In such an environment, rumours can spread quickly. For instance, a video of alleged bodies of the victims of COVID-19 being dumped on the streets, with many others buried in the night, was circulated in WhatsApp groups and on Facebook; the video turned out to be a 2014 footage of dead bodies of refugees washed ashore on the Libyan coast. Such videos not only solidify criticism and distrust of the state but also feed the stigma against those who have recovered from COVID-19. In fact, as Ogola reports, the Kenyan government has appealed to the public to welcome back into the community those who have recovered from COVID-19, perhaps in reaction to the news of a suicide by a survivor of the disease in the country.

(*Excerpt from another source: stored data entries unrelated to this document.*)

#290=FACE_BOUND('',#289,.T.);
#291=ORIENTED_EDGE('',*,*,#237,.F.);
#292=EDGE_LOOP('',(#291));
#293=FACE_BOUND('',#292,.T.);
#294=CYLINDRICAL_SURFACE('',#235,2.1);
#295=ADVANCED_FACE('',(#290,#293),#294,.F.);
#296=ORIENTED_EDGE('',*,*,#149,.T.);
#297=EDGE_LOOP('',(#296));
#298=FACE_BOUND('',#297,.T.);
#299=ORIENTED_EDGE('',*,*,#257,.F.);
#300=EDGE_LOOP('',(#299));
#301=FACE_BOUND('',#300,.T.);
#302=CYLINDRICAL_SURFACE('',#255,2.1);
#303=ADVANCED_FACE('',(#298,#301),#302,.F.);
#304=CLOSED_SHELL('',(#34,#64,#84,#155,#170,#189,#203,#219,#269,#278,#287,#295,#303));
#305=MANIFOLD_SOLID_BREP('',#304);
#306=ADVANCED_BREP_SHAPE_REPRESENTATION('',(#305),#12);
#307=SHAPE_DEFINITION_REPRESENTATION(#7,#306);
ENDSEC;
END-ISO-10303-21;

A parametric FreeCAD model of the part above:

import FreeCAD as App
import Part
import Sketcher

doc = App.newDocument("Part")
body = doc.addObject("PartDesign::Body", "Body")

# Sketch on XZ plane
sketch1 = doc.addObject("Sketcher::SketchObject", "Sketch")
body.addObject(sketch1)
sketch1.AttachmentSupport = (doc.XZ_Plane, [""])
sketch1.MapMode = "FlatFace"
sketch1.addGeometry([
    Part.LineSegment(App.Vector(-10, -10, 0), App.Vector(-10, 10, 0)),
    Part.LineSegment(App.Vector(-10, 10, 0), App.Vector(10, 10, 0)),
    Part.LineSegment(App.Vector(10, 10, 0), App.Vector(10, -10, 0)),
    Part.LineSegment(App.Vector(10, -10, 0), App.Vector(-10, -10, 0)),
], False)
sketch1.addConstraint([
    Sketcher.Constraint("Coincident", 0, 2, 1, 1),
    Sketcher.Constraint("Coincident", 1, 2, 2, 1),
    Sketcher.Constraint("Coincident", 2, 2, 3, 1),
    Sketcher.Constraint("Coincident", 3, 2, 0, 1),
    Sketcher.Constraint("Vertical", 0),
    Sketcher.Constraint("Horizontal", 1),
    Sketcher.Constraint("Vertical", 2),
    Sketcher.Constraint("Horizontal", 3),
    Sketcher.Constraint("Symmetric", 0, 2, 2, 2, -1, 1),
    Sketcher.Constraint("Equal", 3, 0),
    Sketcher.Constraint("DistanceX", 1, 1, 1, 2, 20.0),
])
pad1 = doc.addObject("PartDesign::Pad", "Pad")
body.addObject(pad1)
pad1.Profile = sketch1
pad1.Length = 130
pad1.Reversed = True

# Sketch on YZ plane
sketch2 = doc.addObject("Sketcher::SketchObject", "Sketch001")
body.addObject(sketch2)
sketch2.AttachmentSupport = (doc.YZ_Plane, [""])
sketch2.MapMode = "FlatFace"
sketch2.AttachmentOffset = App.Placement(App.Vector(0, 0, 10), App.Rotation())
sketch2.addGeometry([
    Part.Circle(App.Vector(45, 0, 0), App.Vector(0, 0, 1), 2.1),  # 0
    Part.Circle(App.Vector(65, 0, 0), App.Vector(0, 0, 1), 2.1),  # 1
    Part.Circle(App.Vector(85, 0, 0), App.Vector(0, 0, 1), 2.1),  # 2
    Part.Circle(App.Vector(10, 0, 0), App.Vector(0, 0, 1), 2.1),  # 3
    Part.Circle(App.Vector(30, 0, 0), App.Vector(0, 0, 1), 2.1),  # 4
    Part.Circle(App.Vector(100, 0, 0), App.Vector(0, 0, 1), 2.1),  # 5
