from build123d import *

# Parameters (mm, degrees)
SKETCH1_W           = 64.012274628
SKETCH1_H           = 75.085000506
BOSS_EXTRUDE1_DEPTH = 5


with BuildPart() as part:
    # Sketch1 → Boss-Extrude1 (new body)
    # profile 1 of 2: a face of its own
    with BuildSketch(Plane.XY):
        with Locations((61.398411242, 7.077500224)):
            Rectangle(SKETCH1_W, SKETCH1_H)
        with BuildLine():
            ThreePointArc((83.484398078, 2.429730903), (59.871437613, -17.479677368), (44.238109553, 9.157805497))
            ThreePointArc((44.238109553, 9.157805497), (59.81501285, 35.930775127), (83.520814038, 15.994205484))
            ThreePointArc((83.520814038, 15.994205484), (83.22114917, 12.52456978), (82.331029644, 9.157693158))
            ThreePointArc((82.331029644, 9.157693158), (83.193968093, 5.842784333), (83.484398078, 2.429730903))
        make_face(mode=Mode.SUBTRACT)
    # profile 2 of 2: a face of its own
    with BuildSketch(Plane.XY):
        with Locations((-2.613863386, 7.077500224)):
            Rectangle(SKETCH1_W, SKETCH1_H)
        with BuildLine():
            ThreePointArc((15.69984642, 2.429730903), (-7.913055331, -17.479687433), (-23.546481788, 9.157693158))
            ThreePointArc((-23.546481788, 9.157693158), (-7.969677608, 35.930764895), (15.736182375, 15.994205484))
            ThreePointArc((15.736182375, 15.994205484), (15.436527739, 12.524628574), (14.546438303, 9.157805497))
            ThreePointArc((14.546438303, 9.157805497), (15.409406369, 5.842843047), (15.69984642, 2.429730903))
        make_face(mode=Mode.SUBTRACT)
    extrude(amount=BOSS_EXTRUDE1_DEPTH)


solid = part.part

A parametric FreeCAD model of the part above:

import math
import FreeCAD as App
import Part
import Sketcher


def add_polygon(sketch, points):
    """Adds a closed chain of lines whose ends are joined by coincident constraints."""
    first, n = sketch.GeometryCount, len(points)
    for a, b in zip(points, points[1:] + points[:1]):
        sketch.addGeometry(Part.LineSegment(App.Vector(*a, 0), App.Vector(*b, 0)), False)
    for i in range(n):
        sketch.addConstraint(Sketcher.Constraint("Coincident", first + i, 2, first + (i + 1) % n, 1))

doc = App.newDocument("Part")
body = doc.addObject("PartDesign::Body", "Body")

# Sketch on XY plane
sketch1 = body.newObject("Sketcher::SketchObject", "Sketch")
sketch1.AttachmentSupport = (doc.getObject("XY_Plane"), [""])
sketch1.MapMode = "FlatFace"
add_polygon(sketch1, [(93, -30), (93, 45), (-35, 45), (-35, -30)])  # lines 0-3
sketch1.addGeometry(Part.ArcOfCircle(Part.Circle(App.Vector(63, 2, 0), App.Vector(0, 0, 1), 20), math.radians(0), math.radians(19.46)), False)  # 4
sketch1.addGeometry(Part.ArcOfCircle(Part.Circle(App.Vector(63, 2, 0), App.Vector(0, 0, 1), 20), math.radians(161), math.radians(360)), False)  # 5
sketch1.addGeometry(Part.ArcOfCircle(Part.Circle(App.Vector(63, 16, 0), App.Vector(0, 0, 1), 20), math.radians(0), math.radians(200)), False)  # 6
sketch1.addGeometry(Part.ArcOfCircle(Part.Circle(App.Vector(63, 16, 0), App.Vector(0, 0, 1), 20), math.radians(-19.75), math.radians(0)), False)  # 7
sketch1.addGeometry(Part.ArcOfCircle(Part.Circle(App.Vector(-5, 2, 0), App.Vector(0, 0, 1), 20), math.radians(161), math.radians(360)), False)  # 8
sketch1.addGeometry(Part.ArcOfCircle(Part.Circle(App.Vector(-5, 16, 0), App.Vector(0, 0, 1), 20), math.radians(0), math.radians(200)), False)  # 9
sketch1.addGeometry(Part.ArcOfCircle(Part.Circle(App.Vector(-5, 16, 0), App.Vector(0, 0, 1), 20), math.radians(-19.74), math.radians(0)), False)  # 10
sketch1.addGeometry(Part.ArcOfCircle(Part.Circle(App.Vector(-5, 2, 0), App.Vector(0, 0, 1), 20), math.radians(0), math.radians(19.46)), False)  # 11
sketch1.addConstraint(Sketcher.Constraint("Tangent", 4, 1, 5, 2))
sketch1.addConstraint(Sketcher.Constraint("Coincident", 5, 1, 6, 2))
sketch1.addConstraint(Sketcher.Constraint("Tangent", 6, 1, 7, 2))
sketch1.addConstraint(Sketcher.Constraint("Coincident", 7, 1, 4, 2))
sketch1.addConstraint(Sketcher.Constraint("Coincident", 8, 1, 9, 2))
sketch1.addConstraint(Sketcher.Constraint("Tangent", 9, 1, 10, 2))
sketch1.addConstraint(Sketcher.Constraint("Coincident", 10, 1, 11, 2))
sketch1.addConstraint(Sketcher.Constraint("Tangent", 11, 1, 8, 2))
sketch1.addConstraint(Sketcher.Constraint("Vertical", 0))
sketch1.addConstraint(Sketcher.Constraint("Horizontal", 1))
sketch1.addConstraint(Sketcher.Constraint("Vertical", 2))
sketch1.addConstraint(Sketcher.Constraint("Horizontal", 3))
sketch1.addConstraint(Sketcher.Constraint("Equal", 4, 5))
sketch1.addConstraint(Sketcher.Constraint("Equal", 6, 7))
sketch1.addConstraint(Sketcher.Constraint("Equal", 5, 8))
sketch1.addConstraint(Sketcher.Constraint("Equal", 7, 9))
sketch1.addConstraint(Sketcher.Constraint("Equal", 9, 10))
sketch1.addConstraint(Sketcher.Constraint("Equal", 8, 11))
sketch1.addConstraint(Sketcher.Constraint("Horizontal", 5, 3, 8, 3))
sketch1.addConstraint(Sketcher.Constraint("Horizontal", 7, 3, 9, 3))
sketch1.addConstraint(Sketcher.Constraint("Horizontal", 11, 3, 4, 1))
sketch1.addConstraint(Sketcher.Constraint("Horizontal", 10, 3, 6, 1))
sketch1.addConstraint(Sketcher.Constraint("Horizontal", 7, 1, 8, 1))
sketch1.addConstraint(Sketcher.Constraint("Horizontal", 6, 1, 9, 1))
sketch1.addConstraint(Sketcher.Constraint("Horizontal", 4, 1, 11, 1))
sketch1.addConstraint(Sketcher.Constraint("DistanceX", 8, 3, -1, 1, 4.500002))
sketch1.addConstraint(Sketcher.Constraint("DistanceY", 0, 1, 0, 2, 75.085001))
sketch1.addConstraint(Sketcher.Constraint("DistanceY", -1, 1, 0, 2, 44.62))
sketch1.addConstraint(Sketcher.Constraint("DistanceX", 1, 2, -1, 1, 34.620001))
sketch1.addConstraint(Sketcher.Constraint("Radius", 4, 20.199848))
sketch1.addConstraint(Sketcher.Constraint("DistanceX", 4, 3, 0, 2, 30.119999))
sketch1.addConstraint(Sketcher.Constraint("Radius", 6, 20.236224))
sketch1.addConstraint(Sketcher.Constraint("DistanceX", 1, 2, 1, 1, 128.024549))
sketch1.addConstraint(Sketcher.Constraint("DistanceY", 5, 1, 7, 3, 6.8364))
sketch1.addConstraint(Sketcher.Constraint("DistanceY", -1, 1, 4, 3, 2.429731))
sketch1.addConstraint(Sketcher.Constraint("DistanceX", -1, 1, 6, 3, 63.28459))
pad1 = body.newObject("PartDesign::Pad", "Pad")
pad1.Profile = sketch1
pad1.Length = 5

doc.recompute()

Misinformation is also being spread (e.g., via YouTube) by religious leaders across the continent, many with considerable followers online, who frame the pandemic as a battle between faith and science. One example is the Nigerian Islamic scholar Abubakr Imam Aliagan, who has claimed that Muslims are immune from COVID-19.

Ogola argues that mainstream media's institutional deficiences are contributing to public susceptibility to dis/misinformation practices - wherever they originate. He cites the media's "reproduction of internationalised stock phrases, many contextually unhelpful" as a contributor to the "paucity of relatable stories about the pandemic in mainstream media[, which] is partly a result of the lack of investment in health journalism by media organisations in the continent." Resource limitations mean that African health journalists often lack the necessary expertise to understand the pandemic as a health crisis in need of scientific interventions, leading them to instead narrate complex health stories as political stories. "This political domination of the coverage of the pandemic has also revealed a worrying lack of public engagement by local African scientists in a number of countries. It is arguable that they should have been at the forefront of providing distinctly local and relatable interpretations of the pandemic."

Ogola concludes by stressing that, although there is nothing inherently wrong with the existence of different perspectives and/or interpretations of a crisis, "where such framings detract from the crisis itself and become a contestation of individual and/or sector interests, they birth a new crisis. This is the double crisis Africa must now resolve."